Exercise instructions.
Exactly the lines below from the one with "f 78 131 132" up to and including the one with "f 4 121 120" make up the answer, with nothing else added.

_ _ _ _ _

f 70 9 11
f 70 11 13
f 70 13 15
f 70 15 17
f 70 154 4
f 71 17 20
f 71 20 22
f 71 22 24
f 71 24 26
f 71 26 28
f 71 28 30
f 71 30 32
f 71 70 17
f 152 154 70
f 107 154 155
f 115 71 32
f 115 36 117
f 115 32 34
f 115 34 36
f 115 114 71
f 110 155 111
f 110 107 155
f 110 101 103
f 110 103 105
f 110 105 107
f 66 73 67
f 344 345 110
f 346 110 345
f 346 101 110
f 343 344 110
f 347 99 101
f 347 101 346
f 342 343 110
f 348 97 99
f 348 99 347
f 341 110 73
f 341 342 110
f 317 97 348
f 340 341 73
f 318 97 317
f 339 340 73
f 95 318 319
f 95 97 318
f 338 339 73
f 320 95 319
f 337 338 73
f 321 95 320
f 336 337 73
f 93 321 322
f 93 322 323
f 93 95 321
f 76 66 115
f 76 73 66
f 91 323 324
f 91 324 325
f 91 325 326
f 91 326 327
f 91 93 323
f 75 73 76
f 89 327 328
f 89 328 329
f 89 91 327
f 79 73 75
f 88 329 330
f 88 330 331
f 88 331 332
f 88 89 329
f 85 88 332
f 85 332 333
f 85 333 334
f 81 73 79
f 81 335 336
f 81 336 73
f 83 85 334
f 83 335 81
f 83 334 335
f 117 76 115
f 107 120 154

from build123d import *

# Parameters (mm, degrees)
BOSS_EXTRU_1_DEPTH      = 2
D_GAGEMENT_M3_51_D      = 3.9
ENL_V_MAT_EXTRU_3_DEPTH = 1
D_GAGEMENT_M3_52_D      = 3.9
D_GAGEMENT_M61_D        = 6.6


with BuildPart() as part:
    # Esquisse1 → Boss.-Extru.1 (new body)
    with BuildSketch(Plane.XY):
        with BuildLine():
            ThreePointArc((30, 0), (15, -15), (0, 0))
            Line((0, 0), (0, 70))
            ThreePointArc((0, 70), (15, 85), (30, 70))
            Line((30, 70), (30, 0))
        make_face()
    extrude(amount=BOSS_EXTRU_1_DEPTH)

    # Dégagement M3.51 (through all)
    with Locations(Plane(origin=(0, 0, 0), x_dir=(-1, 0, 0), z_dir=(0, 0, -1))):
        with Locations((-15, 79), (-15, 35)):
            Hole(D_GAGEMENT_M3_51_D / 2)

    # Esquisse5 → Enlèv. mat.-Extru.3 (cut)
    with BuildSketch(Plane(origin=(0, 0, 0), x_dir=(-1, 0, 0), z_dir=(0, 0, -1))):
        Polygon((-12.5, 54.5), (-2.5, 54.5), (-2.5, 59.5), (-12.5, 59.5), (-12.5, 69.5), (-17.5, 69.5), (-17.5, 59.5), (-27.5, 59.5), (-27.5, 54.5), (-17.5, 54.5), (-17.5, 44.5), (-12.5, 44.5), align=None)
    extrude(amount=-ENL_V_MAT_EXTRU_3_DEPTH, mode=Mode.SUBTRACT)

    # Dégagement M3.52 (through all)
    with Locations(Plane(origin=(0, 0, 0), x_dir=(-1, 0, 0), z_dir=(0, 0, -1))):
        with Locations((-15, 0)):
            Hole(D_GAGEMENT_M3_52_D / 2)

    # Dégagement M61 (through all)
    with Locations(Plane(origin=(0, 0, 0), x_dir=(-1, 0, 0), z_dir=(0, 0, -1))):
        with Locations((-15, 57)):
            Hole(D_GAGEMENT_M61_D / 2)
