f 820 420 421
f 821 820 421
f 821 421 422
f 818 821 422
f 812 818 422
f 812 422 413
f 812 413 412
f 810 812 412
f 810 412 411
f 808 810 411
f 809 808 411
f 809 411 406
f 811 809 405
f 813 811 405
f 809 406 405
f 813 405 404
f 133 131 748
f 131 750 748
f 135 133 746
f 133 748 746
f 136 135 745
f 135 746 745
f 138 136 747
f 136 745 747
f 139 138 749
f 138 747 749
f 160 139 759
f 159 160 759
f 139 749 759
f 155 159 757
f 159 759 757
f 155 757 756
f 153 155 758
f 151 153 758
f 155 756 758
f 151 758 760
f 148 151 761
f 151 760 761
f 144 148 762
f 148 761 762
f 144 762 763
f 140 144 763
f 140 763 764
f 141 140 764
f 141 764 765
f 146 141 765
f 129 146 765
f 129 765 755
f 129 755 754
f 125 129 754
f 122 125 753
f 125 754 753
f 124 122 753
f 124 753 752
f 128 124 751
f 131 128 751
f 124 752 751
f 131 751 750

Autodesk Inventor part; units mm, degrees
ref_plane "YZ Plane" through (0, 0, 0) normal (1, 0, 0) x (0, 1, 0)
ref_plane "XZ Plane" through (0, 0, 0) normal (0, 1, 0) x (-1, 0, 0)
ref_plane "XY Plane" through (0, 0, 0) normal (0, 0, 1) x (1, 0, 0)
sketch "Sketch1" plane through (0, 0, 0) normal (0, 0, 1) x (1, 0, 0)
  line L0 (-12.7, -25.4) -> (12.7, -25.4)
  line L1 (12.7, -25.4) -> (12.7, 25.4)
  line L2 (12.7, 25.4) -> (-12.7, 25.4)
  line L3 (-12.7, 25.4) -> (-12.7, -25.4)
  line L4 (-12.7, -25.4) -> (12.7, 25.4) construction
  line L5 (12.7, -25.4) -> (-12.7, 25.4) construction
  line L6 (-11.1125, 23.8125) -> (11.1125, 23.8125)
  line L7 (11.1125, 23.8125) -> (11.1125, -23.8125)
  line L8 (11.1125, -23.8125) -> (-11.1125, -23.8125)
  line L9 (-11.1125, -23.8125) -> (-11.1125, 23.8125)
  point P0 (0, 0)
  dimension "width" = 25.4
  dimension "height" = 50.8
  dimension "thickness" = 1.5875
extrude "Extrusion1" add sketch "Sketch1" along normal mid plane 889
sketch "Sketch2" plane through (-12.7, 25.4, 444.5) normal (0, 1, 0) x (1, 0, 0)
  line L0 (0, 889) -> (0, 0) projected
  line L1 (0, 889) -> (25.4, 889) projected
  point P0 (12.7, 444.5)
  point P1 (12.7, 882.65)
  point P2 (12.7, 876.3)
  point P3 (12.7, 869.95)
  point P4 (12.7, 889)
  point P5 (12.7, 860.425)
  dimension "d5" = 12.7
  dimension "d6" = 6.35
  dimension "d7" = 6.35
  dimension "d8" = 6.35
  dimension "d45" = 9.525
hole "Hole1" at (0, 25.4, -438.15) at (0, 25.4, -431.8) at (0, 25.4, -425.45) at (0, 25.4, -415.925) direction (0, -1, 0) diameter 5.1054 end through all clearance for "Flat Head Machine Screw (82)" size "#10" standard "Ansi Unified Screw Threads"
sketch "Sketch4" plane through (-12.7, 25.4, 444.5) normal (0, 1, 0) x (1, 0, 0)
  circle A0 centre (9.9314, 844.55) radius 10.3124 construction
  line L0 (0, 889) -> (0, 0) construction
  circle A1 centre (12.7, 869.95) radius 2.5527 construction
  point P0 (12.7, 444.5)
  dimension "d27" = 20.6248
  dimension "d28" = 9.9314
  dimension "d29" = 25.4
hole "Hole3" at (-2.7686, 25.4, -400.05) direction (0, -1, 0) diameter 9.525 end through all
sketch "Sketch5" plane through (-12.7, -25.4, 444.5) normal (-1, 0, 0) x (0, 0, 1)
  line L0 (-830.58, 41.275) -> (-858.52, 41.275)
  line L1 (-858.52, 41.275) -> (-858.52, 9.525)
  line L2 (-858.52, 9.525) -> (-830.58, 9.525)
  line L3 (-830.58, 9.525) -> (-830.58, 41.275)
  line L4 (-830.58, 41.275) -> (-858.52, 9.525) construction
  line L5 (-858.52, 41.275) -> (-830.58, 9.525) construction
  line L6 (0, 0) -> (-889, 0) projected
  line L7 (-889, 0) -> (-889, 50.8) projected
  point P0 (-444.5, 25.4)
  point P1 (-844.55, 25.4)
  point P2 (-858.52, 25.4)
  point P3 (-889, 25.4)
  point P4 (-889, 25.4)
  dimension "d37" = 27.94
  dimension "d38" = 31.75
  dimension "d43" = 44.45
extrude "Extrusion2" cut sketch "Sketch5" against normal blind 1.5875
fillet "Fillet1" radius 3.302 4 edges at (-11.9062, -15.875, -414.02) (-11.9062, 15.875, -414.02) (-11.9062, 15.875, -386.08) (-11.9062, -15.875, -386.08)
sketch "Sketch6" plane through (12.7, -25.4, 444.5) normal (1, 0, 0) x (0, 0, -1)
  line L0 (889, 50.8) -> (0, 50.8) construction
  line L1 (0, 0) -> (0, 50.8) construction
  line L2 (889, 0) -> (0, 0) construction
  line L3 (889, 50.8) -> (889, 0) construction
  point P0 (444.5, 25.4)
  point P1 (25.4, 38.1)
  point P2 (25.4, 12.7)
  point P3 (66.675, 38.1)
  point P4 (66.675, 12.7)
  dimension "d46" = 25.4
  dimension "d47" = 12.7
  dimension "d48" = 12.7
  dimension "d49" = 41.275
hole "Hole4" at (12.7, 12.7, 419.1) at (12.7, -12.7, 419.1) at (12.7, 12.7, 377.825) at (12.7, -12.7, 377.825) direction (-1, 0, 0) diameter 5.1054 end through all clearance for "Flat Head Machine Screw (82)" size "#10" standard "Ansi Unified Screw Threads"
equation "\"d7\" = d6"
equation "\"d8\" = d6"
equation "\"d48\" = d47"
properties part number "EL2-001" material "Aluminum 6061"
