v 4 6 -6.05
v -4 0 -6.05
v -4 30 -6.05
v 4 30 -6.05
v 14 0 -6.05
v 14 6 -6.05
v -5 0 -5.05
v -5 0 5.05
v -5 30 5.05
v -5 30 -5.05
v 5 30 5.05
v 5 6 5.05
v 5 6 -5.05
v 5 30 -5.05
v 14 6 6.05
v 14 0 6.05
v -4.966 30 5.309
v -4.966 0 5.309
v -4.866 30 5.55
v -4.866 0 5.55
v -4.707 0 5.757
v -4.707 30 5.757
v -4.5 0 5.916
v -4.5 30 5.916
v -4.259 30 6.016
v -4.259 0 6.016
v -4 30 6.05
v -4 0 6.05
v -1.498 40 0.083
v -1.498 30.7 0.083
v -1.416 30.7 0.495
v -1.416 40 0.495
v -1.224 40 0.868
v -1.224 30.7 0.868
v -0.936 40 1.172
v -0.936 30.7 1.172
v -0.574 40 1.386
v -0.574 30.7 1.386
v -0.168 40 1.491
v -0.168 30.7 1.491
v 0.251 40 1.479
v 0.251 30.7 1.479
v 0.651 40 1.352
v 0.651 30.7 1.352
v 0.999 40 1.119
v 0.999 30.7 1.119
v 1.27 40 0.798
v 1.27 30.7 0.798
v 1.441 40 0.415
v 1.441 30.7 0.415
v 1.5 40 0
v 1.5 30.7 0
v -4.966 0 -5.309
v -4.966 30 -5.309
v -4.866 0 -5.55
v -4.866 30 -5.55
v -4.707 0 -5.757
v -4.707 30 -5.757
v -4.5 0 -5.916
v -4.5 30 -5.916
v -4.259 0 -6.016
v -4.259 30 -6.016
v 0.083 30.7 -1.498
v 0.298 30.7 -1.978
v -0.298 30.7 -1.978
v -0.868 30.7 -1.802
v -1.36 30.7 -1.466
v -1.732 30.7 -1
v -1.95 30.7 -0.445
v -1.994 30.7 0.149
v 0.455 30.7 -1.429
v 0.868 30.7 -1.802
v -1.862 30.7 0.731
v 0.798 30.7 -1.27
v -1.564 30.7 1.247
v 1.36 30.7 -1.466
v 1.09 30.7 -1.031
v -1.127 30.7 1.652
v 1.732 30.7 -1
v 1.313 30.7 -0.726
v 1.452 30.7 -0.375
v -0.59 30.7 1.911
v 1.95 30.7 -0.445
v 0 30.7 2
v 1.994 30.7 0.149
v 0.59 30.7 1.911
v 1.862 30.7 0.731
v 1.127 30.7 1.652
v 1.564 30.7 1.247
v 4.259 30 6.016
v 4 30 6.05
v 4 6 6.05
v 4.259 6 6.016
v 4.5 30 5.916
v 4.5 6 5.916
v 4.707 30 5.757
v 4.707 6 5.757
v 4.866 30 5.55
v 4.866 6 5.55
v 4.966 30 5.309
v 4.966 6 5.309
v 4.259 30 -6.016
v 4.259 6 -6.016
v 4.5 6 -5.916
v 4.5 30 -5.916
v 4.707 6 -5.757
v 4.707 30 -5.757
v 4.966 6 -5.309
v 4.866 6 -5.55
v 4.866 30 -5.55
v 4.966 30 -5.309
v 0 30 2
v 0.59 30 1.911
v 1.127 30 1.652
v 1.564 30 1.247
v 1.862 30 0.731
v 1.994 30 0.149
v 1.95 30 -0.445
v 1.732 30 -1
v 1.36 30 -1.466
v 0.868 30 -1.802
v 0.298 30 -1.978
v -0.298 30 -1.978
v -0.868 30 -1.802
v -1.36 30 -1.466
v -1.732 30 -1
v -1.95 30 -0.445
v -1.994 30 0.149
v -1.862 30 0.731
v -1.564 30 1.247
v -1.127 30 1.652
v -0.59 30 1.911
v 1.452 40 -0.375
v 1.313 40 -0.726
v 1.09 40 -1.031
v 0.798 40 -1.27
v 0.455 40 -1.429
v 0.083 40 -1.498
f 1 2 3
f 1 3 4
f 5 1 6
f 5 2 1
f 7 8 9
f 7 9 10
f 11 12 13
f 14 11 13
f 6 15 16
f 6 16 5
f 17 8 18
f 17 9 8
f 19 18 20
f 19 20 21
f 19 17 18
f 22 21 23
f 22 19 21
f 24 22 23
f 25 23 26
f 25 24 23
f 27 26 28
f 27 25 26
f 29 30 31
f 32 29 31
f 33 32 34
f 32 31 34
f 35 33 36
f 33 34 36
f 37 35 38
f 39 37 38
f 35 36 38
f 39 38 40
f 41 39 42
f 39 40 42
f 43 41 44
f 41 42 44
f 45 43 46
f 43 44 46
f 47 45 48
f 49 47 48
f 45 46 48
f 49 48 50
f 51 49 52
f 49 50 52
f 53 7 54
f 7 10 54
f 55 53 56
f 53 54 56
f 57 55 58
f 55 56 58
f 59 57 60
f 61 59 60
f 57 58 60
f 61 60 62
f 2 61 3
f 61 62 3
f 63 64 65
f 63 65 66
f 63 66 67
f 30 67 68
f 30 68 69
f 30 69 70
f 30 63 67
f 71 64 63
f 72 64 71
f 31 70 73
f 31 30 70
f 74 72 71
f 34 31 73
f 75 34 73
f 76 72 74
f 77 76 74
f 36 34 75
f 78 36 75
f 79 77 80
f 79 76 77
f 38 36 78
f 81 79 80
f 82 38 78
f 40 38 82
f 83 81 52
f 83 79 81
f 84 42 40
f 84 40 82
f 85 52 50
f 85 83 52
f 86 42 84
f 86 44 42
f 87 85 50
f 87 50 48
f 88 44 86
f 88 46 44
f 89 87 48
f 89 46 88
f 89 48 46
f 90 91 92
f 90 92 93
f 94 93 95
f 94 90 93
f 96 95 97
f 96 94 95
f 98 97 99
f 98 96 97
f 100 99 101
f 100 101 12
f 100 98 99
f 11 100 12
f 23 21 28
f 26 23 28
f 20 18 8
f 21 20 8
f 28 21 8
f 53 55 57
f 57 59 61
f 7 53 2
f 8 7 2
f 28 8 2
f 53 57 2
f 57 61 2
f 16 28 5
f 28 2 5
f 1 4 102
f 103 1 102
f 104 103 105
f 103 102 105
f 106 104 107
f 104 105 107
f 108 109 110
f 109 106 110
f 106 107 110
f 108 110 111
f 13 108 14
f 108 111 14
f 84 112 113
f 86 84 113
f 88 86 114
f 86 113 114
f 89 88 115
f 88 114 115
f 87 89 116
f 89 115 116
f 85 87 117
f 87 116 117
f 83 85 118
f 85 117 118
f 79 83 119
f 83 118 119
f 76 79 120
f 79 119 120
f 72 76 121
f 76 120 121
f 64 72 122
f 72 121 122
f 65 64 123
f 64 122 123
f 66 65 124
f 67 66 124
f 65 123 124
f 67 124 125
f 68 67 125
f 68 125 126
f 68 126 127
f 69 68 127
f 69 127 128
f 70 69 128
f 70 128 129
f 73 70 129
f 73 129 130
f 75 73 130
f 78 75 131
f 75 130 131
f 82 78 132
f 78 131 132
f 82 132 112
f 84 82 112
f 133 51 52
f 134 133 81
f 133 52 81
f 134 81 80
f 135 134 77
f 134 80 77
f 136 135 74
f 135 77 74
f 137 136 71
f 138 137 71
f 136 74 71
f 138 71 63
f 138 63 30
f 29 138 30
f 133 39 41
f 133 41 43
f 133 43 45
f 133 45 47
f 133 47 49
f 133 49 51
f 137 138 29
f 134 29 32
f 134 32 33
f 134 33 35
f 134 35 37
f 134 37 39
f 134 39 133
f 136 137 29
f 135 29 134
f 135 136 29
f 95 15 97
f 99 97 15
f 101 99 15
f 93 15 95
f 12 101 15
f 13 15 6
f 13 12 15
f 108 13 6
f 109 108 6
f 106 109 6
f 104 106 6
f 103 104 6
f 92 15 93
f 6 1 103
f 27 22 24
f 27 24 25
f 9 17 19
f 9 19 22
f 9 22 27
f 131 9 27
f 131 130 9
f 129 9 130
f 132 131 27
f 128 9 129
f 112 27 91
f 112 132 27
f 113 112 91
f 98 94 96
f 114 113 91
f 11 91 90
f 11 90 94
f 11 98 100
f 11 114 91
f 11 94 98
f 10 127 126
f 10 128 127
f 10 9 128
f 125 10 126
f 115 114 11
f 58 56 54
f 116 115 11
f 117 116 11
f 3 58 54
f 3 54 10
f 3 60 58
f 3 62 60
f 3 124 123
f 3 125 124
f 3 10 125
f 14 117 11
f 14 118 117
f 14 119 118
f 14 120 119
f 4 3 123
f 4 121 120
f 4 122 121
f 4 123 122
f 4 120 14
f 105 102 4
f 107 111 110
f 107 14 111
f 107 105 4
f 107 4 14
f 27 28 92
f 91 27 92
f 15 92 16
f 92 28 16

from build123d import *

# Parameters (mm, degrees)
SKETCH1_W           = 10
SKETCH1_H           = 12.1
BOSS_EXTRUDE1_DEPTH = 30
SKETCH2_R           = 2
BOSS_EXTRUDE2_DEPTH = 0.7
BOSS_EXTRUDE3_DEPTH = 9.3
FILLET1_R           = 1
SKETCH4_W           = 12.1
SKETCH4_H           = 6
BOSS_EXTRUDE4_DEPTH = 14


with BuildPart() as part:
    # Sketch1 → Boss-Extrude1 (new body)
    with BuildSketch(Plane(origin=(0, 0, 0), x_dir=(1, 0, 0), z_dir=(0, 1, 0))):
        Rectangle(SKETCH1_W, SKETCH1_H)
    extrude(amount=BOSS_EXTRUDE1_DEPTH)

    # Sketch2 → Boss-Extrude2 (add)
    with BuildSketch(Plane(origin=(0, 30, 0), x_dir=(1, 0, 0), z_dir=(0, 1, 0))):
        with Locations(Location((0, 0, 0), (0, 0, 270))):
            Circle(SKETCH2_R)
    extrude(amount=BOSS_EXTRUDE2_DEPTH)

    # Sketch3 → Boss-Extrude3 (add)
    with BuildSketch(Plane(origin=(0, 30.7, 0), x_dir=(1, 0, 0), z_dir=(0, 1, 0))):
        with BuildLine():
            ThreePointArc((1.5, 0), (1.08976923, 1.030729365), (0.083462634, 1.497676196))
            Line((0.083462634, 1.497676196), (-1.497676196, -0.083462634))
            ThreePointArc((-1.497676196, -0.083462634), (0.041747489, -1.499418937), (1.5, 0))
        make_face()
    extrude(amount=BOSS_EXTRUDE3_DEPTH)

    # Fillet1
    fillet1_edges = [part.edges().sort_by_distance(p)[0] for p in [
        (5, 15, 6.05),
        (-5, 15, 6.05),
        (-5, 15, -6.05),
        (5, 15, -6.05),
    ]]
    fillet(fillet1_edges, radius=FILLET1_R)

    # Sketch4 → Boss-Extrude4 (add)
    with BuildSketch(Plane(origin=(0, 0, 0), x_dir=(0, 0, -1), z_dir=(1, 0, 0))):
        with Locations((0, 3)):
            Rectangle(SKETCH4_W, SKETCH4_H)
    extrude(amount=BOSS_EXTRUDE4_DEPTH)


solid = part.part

_ _ _ _ _

Task result.
f 78 131 132
f 82 132 112
f 84 82 112
f 133 51 52
f 134 133 81
f 133 52 81
f 134 81 80
f 135 134 77
f 134 80 77
f 136 135 74
f 135 77 74
f 137 136 71
f 138 137 71
f 136 74 71
f 138 71 63
f 138 63 30
f 29 138 30
f 133 39 41
f 133 41 43
f 133 43 45
f 133 45 47
f 133 47 49
f 133 49 51
f 137 138 29
f 134 29 32
f 134 32 33
f 134 33 35
f 134 35 37
f 134 37 39
f 134 39 133
f 136 137 29
f 135 29 134
f 135 136 29
f 95 15 97
f 99 97 15
f 101 99 15
f 93 15 95
f 12 101 15
f 13 15 6
f 13 12 15
f 108 13 6
f 109 108 6
f 106 109 6
f 104 106 6
f 103 104 6
f 92 15 93
f 6 1 103
f 27 22 24
f 27 24 25
f 9 17 19
f 9 19 22
f 9 22 27
f 131 9 27
f 131 130 9
f 129 9 130
f 132 131 27
f 128 9 129
f 112 27 91
f 112 132 27
f 113 112 91
f 98 94 96
f 114 113 91
f 11 91 90
f 11 90 94
f 11 98 100
f 11 114 91
f 11 94 98
f 10 127 126
f 10 128 127
f 10 9 128
f 125 10 126
f 115 114 11
f 58 56 54
f 116 115 11
f 117 116 11
f 3 58 54
f 3 54 10
f 3 60 58
f 3 62 60
f 3 124 123
f 3 125 124
f 3 10 125
f 14 117 11
f 14 118 117
f 14 119 118
f 14 120 119
f 4 3 123
f 4 121 120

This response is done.